The elasticity of flexible tubes is called the "spine," and is a number expressed in the USA in inches, and represents the deflection of the tube by a weight around 2# over a span around 2'. Typically, the spine will be in the 0.2 to 0.5" range, and is helpful for purposes of comparison.Apr 4, 2011 at 9:09 pm #1720143
Thanks for the introduction of the word "spine". That's a new one for me. Knowing this for the various spars would be helpful.
DarylApr 5, 2011 at 3:12 am #1720192
@rcaffinLocale: Wollemi & Kosciusko NPs, Europe
> wrapped with fibers around the circumference of the spar and therefore resisted
> splitting at the end.
There are three main sorts of CF tubing available:
1) CF fabric wrapped around a mandrel. This is easy to do by hand in a small cottage factory, and the result is quite robust, but it is usually not as stiff as anything else.
2) CF fibres pultruded. All fibres run down the length of the tube, and only the resin holds the tube together. Pultrusion: the fibres are pulled through a die and resin extruded around them as they go. Very stiff, and used widely in kites, but can NOT handle bending: the tube suddenly splits full length at a low amount of bend. Many small pultrusion factories make this in both glass and CF.
3) 2D wrapped CF tubes. Typically the good ones will have 5 layers. Going from inside outwards: lengthwise, wrapped around, lengthwise, wrapped around, lengthwise. This makes a superb tent pole of very high strength and reliability: I use this myself for all my tents. It requires a huge machine to make this properly: I know of one in China at Zongshan Pulwell Composites. If anyone knows of others, please let me know! But companies such as Victory Archery and Gold Tip import and sell the shafts.
You can also find pultruded glass fibre tubes with a cosmetic CF wrap on the surface, just for appearance. Some of the Carbon Express arrow shafts are made this way. Do NOT buy them for tent poles!!!! (Yes, I bought some … sadly)

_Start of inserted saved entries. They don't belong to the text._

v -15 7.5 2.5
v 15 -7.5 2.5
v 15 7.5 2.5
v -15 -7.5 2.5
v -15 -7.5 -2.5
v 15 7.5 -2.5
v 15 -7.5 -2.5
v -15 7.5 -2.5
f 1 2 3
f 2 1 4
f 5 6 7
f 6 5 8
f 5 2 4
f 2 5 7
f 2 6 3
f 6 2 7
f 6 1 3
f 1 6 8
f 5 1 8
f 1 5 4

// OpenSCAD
// Resize example
resize([30, 15, 5])
    cube([10, 5, 2], center = true);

CheersApr 5, 2011 at 11:46 am #1720355
"The fit between the ferrule, internal or external,and the spar should be snug."
One place I read recommended a difference of .014 inches between the od of the internal spar or ferrule and the id of the external spar or ferrule. This would give .007 inches of void to be filled by the glue.
Thanks for explaining the pultruded/wrapped thing. I've been a little fuzzy about the whole process.
DarylApr 5, 2011 at 6:46 pm #1720657
Ideally, the fit would be just right, as snug as possible without creating binding.
In reality, one takes what one can find in the consumer market. Right now I am burning from another kick in the teeth by a major thread manufacturer, so will say no more until I cool off.Apr 5, 2011 at 8:49 pm #1720727
Here's some more info about ferrules that I found helpful"Apr 5, 2011 at 10:16 pm #1720768
Elmer's polyurethane glue is inexpensive, can be bought in small quantities, and works well with ferrules. It contains no hardeners than can weaken the resin in the carbon composite.
The mini crosscut saw from Harbor Freight is under $40, and with a fresh blade, cuts carbon tube up to 1/2" very cleanly.Apr 6, 2011 at 8:11 am #1720872
Thanks for the glue tip.
I searched but could not find the mini crosscut saw.
DarylApr 6, 2011 at 10:14 pm #1721230
My bad – here's the link:Apr 7, 2011 at 8:10 am #1721356
Found cut off saw.
Looks like it could be handy for a number of things.